#### [EXCERPTED DATA]
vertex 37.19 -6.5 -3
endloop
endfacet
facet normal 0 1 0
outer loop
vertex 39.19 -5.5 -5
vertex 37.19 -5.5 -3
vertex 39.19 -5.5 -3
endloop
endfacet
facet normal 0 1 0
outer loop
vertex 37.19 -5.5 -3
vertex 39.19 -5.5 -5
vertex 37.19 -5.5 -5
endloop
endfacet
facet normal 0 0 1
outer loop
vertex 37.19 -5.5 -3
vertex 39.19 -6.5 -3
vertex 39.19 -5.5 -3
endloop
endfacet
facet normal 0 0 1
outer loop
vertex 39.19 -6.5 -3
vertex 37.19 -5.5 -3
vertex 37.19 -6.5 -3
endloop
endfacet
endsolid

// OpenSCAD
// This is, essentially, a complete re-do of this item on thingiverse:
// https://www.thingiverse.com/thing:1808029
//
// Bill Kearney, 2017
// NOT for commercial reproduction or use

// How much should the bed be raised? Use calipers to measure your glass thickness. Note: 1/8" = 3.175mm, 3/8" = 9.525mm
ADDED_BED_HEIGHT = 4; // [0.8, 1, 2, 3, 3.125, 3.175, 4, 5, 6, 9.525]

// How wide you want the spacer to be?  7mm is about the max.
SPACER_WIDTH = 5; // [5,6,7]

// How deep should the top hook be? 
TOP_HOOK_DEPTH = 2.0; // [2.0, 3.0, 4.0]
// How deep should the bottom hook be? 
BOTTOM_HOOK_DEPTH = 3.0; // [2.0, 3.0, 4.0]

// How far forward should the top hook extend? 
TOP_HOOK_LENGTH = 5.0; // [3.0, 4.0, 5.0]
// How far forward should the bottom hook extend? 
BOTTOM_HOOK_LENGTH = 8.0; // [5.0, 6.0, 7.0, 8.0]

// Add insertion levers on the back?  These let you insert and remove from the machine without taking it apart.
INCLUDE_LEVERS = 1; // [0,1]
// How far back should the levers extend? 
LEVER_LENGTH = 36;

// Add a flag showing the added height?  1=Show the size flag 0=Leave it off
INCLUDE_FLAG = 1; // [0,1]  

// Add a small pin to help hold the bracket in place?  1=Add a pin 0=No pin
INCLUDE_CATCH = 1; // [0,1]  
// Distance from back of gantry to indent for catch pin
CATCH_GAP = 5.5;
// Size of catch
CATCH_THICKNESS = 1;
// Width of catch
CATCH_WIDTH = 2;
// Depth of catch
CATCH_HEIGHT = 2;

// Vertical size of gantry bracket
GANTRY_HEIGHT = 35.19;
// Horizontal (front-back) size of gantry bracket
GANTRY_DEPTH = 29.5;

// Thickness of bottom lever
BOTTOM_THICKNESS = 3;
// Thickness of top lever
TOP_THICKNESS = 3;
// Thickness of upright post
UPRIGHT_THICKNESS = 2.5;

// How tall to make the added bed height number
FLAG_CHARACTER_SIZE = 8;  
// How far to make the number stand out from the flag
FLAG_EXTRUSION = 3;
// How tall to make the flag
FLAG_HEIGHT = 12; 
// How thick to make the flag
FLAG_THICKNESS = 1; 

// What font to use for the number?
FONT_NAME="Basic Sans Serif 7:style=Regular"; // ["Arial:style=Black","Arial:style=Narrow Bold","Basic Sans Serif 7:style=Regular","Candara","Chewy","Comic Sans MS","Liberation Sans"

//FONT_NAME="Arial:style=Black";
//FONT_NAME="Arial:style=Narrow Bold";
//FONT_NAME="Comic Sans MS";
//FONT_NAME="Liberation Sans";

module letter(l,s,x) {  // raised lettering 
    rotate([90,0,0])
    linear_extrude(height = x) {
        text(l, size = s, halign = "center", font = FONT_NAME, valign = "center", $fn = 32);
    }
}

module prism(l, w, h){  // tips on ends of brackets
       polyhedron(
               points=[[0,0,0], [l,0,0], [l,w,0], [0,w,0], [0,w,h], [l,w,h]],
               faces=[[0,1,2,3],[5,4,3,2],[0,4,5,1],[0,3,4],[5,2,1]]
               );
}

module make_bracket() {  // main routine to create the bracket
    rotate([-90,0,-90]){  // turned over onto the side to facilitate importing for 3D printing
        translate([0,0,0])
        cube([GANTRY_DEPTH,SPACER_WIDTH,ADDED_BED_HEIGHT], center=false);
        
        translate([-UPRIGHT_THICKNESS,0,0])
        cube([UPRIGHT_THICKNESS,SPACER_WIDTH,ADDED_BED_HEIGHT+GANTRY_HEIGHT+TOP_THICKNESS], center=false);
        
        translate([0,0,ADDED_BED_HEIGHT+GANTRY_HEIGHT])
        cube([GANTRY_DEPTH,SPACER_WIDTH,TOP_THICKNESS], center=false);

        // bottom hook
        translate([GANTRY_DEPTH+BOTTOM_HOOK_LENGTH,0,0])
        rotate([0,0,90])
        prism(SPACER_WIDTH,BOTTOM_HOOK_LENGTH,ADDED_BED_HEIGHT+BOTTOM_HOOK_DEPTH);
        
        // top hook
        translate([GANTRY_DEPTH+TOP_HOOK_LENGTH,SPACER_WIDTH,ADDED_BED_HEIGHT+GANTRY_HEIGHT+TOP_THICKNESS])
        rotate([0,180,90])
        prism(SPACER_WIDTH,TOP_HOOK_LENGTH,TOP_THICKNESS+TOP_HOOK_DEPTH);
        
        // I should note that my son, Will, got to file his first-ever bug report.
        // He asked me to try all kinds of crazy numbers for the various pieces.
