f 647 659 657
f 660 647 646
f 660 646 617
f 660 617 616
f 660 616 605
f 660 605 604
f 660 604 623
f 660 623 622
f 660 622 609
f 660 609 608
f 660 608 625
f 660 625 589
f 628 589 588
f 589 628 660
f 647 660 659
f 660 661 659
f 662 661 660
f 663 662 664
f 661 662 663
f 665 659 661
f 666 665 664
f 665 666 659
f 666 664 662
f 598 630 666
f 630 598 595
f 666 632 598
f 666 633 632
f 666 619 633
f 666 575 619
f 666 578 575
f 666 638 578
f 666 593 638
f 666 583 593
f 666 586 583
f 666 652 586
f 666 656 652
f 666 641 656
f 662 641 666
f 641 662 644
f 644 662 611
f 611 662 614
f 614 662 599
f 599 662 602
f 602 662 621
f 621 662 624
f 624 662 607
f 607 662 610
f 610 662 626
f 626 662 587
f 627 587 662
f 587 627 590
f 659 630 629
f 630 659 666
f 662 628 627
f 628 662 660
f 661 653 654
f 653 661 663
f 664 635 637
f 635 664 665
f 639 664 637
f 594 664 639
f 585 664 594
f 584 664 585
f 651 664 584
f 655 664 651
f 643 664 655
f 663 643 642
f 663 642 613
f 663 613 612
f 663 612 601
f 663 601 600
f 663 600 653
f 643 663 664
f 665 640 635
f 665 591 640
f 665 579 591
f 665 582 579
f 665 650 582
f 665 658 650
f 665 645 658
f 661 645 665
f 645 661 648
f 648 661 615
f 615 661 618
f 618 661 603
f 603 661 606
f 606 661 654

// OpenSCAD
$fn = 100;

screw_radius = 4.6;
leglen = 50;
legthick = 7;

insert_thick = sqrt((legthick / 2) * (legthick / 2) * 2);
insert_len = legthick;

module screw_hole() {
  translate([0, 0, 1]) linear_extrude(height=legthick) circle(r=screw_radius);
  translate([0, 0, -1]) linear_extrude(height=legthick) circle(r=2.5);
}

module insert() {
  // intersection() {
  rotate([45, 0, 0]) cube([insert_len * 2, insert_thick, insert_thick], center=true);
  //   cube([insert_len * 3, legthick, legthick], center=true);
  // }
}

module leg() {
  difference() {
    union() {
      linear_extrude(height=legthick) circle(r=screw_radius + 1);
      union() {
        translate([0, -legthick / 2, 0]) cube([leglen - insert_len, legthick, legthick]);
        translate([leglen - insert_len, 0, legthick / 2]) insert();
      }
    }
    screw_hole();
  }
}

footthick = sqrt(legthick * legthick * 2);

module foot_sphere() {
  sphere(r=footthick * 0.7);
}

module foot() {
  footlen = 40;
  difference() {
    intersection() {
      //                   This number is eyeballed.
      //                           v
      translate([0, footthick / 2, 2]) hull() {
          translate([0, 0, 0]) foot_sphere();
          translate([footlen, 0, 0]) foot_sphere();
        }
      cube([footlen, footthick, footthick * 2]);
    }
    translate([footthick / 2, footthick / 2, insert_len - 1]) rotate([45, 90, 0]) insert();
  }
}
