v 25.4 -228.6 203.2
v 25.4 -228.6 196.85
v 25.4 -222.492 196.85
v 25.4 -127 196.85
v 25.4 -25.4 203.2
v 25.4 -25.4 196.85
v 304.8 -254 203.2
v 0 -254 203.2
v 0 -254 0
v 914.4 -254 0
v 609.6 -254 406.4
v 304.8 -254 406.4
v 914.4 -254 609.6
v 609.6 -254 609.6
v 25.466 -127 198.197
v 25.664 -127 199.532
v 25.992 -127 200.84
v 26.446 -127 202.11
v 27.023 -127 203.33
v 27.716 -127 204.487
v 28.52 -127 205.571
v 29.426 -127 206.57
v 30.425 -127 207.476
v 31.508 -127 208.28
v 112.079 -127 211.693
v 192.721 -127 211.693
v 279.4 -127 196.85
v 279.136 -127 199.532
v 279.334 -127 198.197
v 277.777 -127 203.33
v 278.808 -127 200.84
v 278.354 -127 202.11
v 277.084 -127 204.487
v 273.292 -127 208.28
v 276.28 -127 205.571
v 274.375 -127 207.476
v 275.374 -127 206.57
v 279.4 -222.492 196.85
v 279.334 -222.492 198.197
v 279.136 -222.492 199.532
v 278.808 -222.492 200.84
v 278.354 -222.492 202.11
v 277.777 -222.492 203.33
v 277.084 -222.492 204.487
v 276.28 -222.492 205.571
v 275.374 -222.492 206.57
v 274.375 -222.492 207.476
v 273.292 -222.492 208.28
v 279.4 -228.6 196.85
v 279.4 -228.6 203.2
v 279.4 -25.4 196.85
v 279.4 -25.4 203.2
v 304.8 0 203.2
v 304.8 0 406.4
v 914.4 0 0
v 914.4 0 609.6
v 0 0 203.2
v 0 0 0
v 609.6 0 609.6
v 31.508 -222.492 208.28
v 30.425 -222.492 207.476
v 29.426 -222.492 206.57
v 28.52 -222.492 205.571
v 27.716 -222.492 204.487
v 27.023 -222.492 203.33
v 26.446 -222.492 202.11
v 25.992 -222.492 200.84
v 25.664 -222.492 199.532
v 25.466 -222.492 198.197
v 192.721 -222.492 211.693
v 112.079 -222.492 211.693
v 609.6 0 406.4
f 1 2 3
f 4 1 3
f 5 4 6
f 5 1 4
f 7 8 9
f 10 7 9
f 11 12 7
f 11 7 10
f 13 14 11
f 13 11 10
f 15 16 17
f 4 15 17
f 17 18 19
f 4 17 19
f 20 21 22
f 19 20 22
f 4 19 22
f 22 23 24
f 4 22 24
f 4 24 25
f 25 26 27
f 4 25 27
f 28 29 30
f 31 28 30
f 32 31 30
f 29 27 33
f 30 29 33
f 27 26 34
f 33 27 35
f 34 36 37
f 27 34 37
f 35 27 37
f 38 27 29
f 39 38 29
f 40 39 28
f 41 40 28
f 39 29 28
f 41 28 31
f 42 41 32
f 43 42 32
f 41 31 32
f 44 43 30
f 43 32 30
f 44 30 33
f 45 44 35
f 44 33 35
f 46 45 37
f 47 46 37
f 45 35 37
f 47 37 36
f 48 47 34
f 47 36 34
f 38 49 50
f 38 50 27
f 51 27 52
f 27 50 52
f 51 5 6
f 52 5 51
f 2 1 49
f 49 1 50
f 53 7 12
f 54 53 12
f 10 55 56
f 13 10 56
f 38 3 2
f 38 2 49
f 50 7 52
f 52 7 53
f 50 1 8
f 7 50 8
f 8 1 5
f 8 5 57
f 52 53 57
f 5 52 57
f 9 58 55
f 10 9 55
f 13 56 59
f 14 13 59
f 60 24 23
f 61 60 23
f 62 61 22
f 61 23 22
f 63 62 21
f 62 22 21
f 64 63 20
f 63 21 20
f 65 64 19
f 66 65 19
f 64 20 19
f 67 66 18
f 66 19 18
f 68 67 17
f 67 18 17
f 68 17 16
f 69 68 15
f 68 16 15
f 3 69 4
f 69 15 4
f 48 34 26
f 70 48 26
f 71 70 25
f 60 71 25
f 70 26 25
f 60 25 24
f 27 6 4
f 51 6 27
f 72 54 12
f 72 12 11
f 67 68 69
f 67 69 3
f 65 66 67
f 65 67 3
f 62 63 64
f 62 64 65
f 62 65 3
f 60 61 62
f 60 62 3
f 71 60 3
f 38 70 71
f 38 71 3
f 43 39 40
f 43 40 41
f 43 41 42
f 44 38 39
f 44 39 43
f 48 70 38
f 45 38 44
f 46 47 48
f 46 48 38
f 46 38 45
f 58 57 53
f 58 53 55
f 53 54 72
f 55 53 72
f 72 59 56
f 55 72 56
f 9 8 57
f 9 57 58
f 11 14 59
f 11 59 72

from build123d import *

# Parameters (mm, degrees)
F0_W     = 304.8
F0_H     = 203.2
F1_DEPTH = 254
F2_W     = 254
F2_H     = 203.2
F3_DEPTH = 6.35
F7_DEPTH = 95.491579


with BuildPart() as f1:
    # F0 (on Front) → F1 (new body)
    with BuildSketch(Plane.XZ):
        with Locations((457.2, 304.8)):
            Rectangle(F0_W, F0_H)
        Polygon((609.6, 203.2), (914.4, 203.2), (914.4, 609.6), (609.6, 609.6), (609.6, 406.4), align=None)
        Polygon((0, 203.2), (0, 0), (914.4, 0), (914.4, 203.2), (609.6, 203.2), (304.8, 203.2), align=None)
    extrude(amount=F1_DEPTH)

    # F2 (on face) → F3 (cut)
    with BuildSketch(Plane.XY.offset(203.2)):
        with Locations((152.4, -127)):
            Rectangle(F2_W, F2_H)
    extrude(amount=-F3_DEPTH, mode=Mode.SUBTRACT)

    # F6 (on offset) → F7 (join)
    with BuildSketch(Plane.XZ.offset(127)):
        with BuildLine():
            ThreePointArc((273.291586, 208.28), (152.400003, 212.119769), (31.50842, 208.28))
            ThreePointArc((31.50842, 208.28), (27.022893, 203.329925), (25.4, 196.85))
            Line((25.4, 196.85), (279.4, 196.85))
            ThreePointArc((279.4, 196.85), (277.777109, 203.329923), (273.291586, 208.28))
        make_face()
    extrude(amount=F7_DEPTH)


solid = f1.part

#### [WORK REQUIRED]
Work through the entries, filtering for the string "forward", and copy each line that holds it.

#### [SOLUTION TO THIS TASK]
// How far forward should the top hook extend? 
// How far forward should the bottom hook extend? 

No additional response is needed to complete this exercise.